The staff seated the family. They had not yet ordered when Paul’s phone rang.
“I’m like, ‘Oh my God. This is it,’” Paul recalls. “So I go outside. Get the news. I come back. It was just a big relief for my whole family. All day, we were tense.”
The Ottawa Senators had traded Paul to the Tampa Bay Lightning for Mathieu Joseph and a 2024 fourth-round pick.
As prolonged as the process became, Paul knew the trade was coming. His contract was expiring. He was scheduled to become an unrestricted free agent at year’s end. Non-playoff teams often trade such players when they can’t agree on an extension.
For players in these positions, the wait for resolution does not feel nice.
Expiring contracts encourage deals
There are 50 players on The Athletic’s trade board. Thirty-one of them are pending UFAs, including No. 1 candidate Noah Hanifin. The Calgary Flames’ left-shot defenseman is up for a new deal upon his soon-to-expire six-year, $29.7 million deal.
The Flames do not want to see Hanifin walk for nothing like Johnny Gaudreau did in 2022.
That season, Hampus Lindholm, also an all-situations left-shot defenseman, was in a similar situation as Hanifin. Lindholm’s six-year, $31.5 million was expiring. The Ducks were out of playoff contention.
Bob Murray, Lindholm’s original general manager, had resigned on Nov. 10, 2021. On Feb. 2, 2022, the Ducks hired Pat Verbeek as Murray’s permanent replacement. Verbeek did not have much time to address his UFAs-to-be — Josh Manson and Rickard Rakell were also due to hit the market — before that year’s March 21 deadline.
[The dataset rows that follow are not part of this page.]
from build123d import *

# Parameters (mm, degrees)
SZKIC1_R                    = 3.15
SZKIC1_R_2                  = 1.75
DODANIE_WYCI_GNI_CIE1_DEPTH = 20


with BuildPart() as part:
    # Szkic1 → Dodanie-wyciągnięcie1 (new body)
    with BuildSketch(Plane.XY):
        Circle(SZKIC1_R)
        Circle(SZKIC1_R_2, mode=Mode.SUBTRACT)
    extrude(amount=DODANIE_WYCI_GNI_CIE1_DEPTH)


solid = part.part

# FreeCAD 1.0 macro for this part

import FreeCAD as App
import Part
import Sketcher
Q = App.Units.Quantity

doc = App.newDocument("Part")
body = doc.addObject("PartDesign::Body", "Body")

sketch1 = body.newObject("Sketcher::SketchObject", "Sketch")
sketch1.AttachmentSupport = (doc.getObject("XY_Plane"), [""])
sketch1.MapMode = "FlatFace"
sketch1.addGeometry([
    Part.Circle(App.Vector(0, 0, 0), App.Vector(0, 0, 1), 3.15),
    Part.Circle(App.Vector(0, 0, 0), App.Vector(0, 0, 1), 1.75),
], False)
sketch1.addConstraint([
    Sketcher.Constraint("Coincident", 0, 3, -1, 1),
    Sketcher.Constraint("Coincident", 1, 3, -1, 1),
    Sketcher.Constraint("Diameter", 0, Q("6.3 mm")),
    Sketcher.Constraint("Diameter", 1, Q("3.5 mm")),
])
pad1 = body.newObject("PartDesign::Pad", "Pad")
pad1.Profile = sketch1
pad1.Length = 20

doc.recompute()
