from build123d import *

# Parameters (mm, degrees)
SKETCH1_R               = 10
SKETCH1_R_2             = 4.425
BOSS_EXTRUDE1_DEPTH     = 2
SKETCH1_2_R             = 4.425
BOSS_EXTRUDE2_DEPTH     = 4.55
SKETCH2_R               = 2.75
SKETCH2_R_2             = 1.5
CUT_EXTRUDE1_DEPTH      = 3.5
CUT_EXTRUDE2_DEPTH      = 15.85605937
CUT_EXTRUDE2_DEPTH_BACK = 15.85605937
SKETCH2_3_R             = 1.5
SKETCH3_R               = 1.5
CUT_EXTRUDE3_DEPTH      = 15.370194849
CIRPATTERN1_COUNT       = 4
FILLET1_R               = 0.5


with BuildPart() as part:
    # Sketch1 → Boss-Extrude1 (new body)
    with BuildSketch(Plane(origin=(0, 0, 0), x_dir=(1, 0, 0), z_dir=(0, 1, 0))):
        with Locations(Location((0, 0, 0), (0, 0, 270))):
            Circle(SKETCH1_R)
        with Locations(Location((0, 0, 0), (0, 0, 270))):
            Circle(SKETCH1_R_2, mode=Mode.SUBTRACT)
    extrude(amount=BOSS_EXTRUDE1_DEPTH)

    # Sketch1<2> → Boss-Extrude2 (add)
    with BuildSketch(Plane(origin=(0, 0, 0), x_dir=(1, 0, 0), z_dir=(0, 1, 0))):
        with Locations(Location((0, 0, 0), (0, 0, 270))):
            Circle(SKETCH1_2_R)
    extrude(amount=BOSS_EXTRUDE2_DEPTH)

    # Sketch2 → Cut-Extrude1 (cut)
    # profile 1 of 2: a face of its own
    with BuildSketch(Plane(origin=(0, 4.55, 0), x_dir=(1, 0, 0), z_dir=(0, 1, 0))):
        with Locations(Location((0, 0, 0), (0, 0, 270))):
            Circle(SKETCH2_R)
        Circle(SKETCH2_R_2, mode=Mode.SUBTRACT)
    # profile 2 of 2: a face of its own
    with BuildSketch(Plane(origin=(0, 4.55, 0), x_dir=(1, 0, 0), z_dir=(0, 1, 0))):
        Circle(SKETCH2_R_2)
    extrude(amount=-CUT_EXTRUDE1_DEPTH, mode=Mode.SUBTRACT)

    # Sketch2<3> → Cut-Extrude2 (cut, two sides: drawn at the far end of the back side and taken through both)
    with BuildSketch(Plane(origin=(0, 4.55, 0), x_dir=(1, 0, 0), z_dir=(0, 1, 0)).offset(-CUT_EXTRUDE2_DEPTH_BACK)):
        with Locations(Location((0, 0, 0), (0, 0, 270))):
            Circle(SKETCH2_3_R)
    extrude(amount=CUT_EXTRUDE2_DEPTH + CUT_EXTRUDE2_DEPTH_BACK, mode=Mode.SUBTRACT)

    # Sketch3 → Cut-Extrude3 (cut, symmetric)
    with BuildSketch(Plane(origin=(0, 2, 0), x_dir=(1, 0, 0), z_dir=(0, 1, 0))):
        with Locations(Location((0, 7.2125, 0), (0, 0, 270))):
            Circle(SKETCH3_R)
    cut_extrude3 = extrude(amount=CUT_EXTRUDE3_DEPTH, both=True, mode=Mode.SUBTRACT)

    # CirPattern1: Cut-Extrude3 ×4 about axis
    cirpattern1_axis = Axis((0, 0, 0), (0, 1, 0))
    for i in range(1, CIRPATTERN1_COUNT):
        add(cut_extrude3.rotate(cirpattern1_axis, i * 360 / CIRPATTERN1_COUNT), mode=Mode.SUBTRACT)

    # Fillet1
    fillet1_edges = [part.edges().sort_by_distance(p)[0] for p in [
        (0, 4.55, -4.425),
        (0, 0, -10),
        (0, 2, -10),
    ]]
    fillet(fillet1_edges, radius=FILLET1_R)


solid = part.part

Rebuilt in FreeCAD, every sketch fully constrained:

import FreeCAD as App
import Part
import Sketcher
from FreeCAD import Vector


def edges_at(feature, points):
    """Names of the edges that pass closest to the given points."""
    edges = feature.Shape.Edges
    near = lambda p: min(range(len(edges)), key=lambda i: edges[i].distToShape(Part.Vertex(*p))[0])
    return sorted({f"Edge{near(p) + 1}" for p in points})

doc = App.newDocument("Part")
body = doc.addObject("PartDesign::Body", "Body")

# Sketch on XZ plane
sketch1 = body.newObject("Sketcher::SketchObject", "Sketch")
sketch1.AttachmentSupport = (doc.getObject("XZ_Plane"), [""])
sketch1.MapMode = "FlatFace"
sketch1.addGeometry([
    Part.Circle(Vector(0, 0, 0), Vector(0, 0, 1), 10),
    Part.Circle(Vector(0, 0, 0), Vector(0, 0, 1), 4.425),
], False)
sketch1.addConstraint([
    Sketcher.Constraint("Coincident", 0, 3, -1, 1),
    Sketcher.Constraint("Coincident", 1, 3, -1, 1),
    Sketcher.Constraint("Diameter", 0, 20.0),
    Sketcher.Constraint("Diameter", 1, 8.85),
])
pad1 = body.newObject("PartDesign::Pad", "Pad")
pad1.Profile = sketch1
pad1.Length = 2
pad1.Reversed = True

# Sketch on XZ plane
sketch2 = body.newObject("Sketcher::SketchObject", "Sketch001")
sketch2.AttachmentSupport = (doc.getObject("XZ_Plane"), [""])
sketch2.MapMode = "FlatFace"
sketch2.addGeometry(Part.Circle(Vector(0, 0, 0), Vector(0, 0, 1), 4.425), False)
sketch2.addConstraint([
    Sketcher.Constraint("Coincident", 0, 3, -1, 1),
    Sketcher.Constraint("Diameter", 0, 8.85),
])
pad2 = body.newObject("PartDesign::Pad", "Pad001")
pad2.Profile = sketch2
pad2.Length = 4.55
pad2.Reversed = True

# Sketch on XZ plane
sketch3 = body.newObject("Sketcher::SketchObject", "Sketch002")
sketch3.AttachmentSupport = (doc.getObject("XZ_Plane"), [""])
sketch3.MapMode = "FlatFace"
sketch3.AttachmentOffset = App.Placement(Vector(0, 0, -4.55), App.Rotation())
sketch3.addGeometry(Part.Circle(Vector(0, 0, 0), Vector(0, 0, 1), 2.75), False)
sketch3.addConstraint([
    Sketcher.Constraint("Coincident", 0, 3, -1, 1),
    Sketcher.Constraint("Diameter", 0, 5.5),
])
pocket1 = body.newObject("PartDesign::Pocket", "Pocket")
pocket1.Profile = sketch3
pocket1.Length = 3.5
pocket1.Reversed = True

# Sketch on XZ plane
sketch4 = body.newObject("Sketcher::SketchObject", "Sketch003")
sketch4.AttachmentSupport = (doc.getObject("XZ_Plane"), [""])
sketch4.MapMode = "FlatFace"
sketch4.AttachmentOffset = App.Placement(Vector(0, 0, -4.55), App.Rotation())
sketch4.addGeometry(Part.Circle(Vector(0, 0, 0), Vector(0, 0, 1), 1.5), False)
sketch4.addConstraint([
    Sketcher.Constraint("Coincident", 0, 3, -1, 1),
    Sketcher.Constraint("Diameter", 0, 3.0),
])
pocket2 = body.newObject("PartDesign::Pocket", "Pocket001")
pocket2.Profile = sketch4
pocket2.Type = "ThroughAll"
pocket2.Midplane = True

# Sketch on XZ plane
sketch5 = body.newObject("Sketcher::SketchObject", "Sketch004")
sketch5.AttachmentSupport = (doc.getObject("XZ_Plane"), [""])
sketch5.MapMode = "FlatFace"
sketch5.AttachmentOffset = App.Placement(Vector(0, 0, -2), App.Rotation())
sketch5.addGeometry(Part.Circle(Vector(0, -7.2125, 0), Vector(0, 0, 1), 1.5), False)
sketch5.addConstraint([
    Sketcher.Constraint("PointOnObject", 0, 3, -2),
    Sketcher.Constraint("Diameter", 0, 3.0),
    Sketcher.Constraint("DistanceY", 0, 3, -1, 1, 7.2125),
])
pocket3 = body.newObject("PartDesign::Pocket", "Pocket002")
pocket3.Profile = sketch5
pocket3.Length = 30.74039
pocket3.Midplane = True
doc.recompute()

polarpattern = body.newObject("PartDesign::PolarPattern", "PolarPattern")
polarpattern.Originals = [pocket3]
polarpattern.Axis = (doc.getObject("Y_Axis"), [""])
polarpattern.Angle = 360
polarpattern.Occurrences = 4
body.Tip = polarpattern
doc.recompute()

fillet = body.newObject("PartDesign::Fillet", "Fillet")
fillet.Base = (polarpattern, edges_at(polarpattern, [(0, 4.55, -4.425), (0, 0, -10), (0, 2, -10)]))
fillet.Radius = 0.5

doc.recompute()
According to Lindholm, Verbeek informed Manson and Rakell that they would be traded. Verbeek was not as declarative with Lindholm. The new GM talked extension with Claude Lemieux, Lindholm’s agent. But Verbeek’s ceiling was five years. Lindholm wanted more security.
Their disagreement put a trade in motion.
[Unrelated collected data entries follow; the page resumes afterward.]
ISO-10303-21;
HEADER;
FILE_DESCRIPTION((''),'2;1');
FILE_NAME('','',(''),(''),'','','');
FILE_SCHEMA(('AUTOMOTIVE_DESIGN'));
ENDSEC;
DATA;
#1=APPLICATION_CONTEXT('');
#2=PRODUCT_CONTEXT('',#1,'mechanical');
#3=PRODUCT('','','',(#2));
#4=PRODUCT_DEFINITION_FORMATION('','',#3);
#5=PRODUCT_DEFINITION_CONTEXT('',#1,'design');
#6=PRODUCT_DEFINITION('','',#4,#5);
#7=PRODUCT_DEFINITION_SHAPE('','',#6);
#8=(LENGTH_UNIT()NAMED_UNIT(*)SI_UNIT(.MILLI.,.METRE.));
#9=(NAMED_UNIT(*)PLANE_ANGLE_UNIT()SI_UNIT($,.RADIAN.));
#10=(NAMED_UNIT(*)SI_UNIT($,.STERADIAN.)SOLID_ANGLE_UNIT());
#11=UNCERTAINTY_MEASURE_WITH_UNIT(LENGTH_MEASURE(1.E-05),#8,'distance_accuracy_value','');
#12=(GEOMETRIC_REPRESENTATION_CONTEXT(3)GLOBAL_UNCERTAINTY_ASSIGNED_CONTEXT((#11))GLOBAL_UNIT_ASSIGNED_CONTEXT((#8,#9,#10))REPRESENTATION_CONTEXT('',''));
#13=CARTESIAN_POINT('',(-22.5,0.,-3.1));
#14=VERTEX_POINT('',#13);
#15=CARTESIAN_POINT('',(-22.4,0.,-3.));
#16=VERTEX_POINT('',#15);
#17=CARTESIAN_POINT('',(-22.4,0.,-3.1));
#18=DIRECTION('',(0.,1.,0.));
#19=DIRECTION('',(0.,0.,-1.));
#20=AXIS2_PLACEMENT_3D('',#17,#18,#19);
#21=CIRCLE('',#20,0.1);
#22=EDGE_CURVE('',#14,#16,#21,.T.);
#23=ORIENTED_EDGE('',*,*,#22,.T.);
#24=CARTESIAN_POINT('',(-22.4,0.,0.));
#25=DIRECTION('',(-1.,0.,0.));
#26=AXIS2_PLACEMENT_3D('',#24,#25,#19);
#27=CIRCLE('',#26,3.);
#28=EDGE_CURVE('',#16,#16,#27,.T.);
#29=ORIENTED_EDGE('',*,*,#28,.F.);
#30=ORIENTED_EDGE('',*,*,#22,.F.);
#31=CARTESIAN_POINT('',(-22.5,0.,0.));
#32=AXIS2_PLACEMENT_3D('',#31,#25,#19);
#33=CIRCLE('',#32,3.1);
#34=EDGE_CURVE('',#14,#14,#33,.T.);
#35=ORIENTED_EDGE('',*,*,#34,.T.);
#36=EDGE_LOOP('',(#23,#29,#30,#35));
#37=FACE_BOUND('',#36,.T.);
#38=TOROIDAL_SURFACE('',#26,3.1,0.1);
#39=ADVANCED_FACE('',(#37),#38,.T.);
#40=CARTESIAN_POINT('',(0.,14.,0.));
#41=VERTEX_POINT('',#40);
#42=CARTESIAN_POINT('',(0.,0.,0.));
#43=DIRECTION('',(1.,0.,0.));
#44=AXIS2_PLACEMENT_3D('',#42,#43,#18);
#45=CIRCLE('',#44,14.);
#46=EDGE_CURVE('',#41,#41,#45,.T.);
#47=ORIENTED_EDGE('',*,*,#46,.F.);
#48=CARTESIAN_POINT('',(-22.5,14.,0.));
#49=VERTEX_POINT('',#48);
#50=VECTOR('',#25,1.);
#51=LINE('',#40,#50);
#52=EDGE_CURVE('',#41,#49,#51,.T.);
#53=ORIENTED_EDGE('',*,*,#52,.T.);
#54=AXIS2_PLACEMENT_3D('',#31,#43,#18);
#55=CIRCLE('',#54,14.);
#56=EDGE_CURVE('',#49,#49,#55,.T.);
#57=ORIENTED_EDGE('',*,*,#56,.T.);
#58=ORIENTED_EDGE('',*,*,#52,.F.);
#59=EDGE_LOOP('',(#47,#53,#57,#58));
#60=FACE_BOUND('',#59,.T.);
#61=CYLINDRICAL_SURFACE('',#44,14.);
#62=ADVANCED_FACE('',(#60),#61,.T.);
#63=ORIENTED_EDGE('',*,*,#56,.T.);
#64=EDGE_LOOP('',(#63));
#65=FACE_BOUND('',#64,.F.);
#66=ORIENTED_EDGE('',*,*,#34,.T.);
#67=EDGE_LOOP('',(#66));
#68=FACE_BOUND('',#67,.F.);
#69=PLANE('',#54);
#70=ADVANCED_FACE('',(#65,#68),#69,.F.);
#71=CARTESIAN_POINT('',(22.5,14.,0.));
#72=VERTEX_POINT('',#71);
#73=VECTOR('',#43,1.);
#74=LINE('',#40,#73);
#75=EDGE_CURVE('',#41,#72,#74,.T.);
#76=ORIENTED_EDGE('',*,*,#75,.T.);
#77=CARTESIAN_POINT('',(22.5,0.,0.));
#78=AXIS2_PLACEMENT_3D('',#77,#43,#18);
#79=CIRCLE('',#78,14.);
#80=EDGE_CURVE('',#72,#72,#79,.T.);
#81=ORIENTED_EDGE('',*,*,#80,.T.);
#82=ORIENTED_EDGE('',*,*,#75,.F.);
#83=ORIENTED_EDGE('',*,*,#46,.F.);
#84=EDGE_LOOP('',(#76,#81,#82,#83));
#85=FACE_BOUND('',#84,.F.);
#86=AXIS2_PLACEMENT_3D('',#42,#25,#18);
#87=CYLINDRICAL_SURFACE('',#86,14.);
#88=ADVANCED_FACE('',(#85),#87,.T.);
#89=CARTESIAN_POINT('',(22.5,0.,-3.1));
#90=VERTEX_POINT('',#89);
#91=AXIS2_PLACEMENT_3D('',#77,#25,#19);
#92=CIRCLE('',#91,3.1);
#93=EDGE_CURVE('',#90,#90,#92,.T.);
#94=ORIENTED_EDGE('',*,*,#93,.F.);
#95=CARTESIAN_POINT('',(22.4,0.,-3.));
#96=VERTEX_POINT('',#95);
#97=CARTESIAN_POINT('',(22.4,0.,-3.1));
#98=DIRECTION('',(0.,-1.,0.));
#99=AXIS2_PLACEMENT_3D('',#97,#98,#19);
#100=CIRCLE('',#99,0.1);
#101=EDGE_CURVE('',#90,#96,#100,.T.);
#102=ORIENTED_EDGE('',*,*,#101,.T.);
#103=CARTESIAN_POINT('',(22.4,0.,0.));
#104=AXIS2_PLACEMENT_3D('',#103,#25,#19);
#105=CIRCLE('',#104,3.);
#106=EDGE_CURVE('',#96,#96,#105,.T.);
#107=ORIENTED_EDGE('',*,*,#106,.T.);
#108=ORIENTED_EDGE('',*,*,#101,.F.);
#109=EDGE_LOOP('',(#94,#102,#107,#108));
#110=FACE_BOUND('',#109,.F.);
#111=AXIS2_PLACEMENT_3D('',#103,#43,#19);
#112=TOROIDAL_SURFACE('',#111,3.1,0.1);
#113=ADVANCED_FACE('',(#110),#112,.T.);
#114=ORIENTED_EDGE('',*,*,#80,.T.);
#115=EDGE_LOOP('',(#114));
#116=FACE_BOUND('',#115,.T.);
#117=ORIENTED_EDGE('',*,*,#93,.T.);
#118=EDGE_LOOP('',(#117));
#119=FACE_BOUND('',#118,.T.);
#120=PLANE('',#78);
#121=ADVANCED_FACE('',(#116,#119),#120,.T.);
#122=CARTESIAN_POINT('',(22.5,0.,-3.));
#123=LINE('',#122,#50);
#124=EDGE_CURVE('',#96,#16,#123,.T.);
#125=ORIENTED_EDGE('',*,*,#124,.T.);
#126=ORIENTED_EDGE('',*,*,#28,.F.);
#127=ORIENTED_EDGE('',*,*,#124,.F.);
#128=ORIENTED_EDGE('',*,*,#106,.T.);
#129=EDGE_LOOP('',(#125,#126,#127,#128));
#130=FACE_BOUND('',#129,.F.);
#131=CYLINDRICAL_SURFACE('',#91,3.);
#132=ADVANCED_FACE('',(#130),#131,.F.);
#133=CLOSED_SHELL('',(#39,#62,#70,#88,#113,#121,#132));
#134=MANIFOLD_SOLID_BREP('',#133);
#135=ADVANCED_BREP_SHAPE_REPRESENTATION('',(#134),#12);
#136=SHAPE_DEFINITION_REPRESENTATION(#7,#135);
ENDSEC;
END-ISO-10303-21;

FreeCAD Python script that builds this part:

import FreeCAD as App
import Part
import Sketcher


def edges_at(feature, points):
    """Names of the edges that pass closest to the given points."""
    edges = feature.Shape.Edges
    near = lambda p: min(range(len(edges)), key=lambda i: edges[i].distToShape(Part.Vertex(*p))[0])
    return sorted({f"Edge{near(p) + 1}" for p in points})

doc = App.newDocument("Part")
body = doc.addObject("PartDesign::Body", "Body")

sketch1 = doc.addObject("Sketcher::SketchObject", "Sketch")
body.addObject(sketch1)
sketch1.AttachmentSupport = (doc.YZ_Plane, [""])
sketch1.MapMode = "FlatFace"
sketch1.addGeometry(Part.Circle(App.Vector(0, 0, 0), App.Vector(0, 0, 1), 14), False)
sketch1.addConstraint(Sketcher.Constraint("Coincident", 0, 3, -1, 1))
sketch1.addConstraint(Sketcher.Constraint("Diameter", 0, 28.0))
pad1 = doc.addObject("PartDesign::Pad", "Pad")
body.addObject(pad1)
pad1.Profile = sketch1
pad1.Length = 45
pad1.Midplane = True

sketch2 = doc.addObject("Sketcher::SketchObject", "Sketch001")
body.addObject(sketch2)
sketch2.AttachmentSupport = (doc.YZ_Plane, [""])
sketch2.MapMode = "FlatFace"
sketch2.AttachmentOffset = App.Placement(App.Vector(0, 0, 22.5), App.Rotation())
sketch2.addGeometry(Part.Circle(App.Vector(0, 0, 0), App.Vector(0, 0, 1), 3), False)
sketch2.addConstraint(Sketcher.Constraint("Coincident", 0, 3, -1, 1))
sketch2.addConstraint(Sketcher.Constraint("Diameter", 0, 6.0))
doc.recompute()
hole = doc.addObject("PartDesign::Hole", "Hole")
body.addObject(hole)
hole.Profile = sketch2
hole.ThreadType = "None"
hole.Diameter = 6
hole.DepthType = "Dimension"
hole.Depth = 60
hole.DrillPoint = "Flat"
doc.recompute()

fillet = doc.addObject("PartDesign::Fillet", "Fillet")
body.addObject(fillet)
fillet.Base = (hole, edges_at(hole, [(-22.5, 0, 3), (22.5, 0, 3)]))
fillet.Radius = 0.1

doc.recompute()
“It was kind of clear to me that me, Manson and Rakell were going to get dealt,” Lindholm says. “Those two, I know he told them earlier he was going to deal them. I know he wanted to sign me. But he wanted to sign me on his terms. That’s why it didn’t really work out.”
For several weeks, Lindholm played and waited. He did not necessarily want to get traded. The Ducks had drafted him No. 6 overall in 2012. He enjoyed Southern California life. The most stressful part of the process, however, was the uncertainty of his destination, especially being a lifelong Duck. Lindholm did not have no-trade protection.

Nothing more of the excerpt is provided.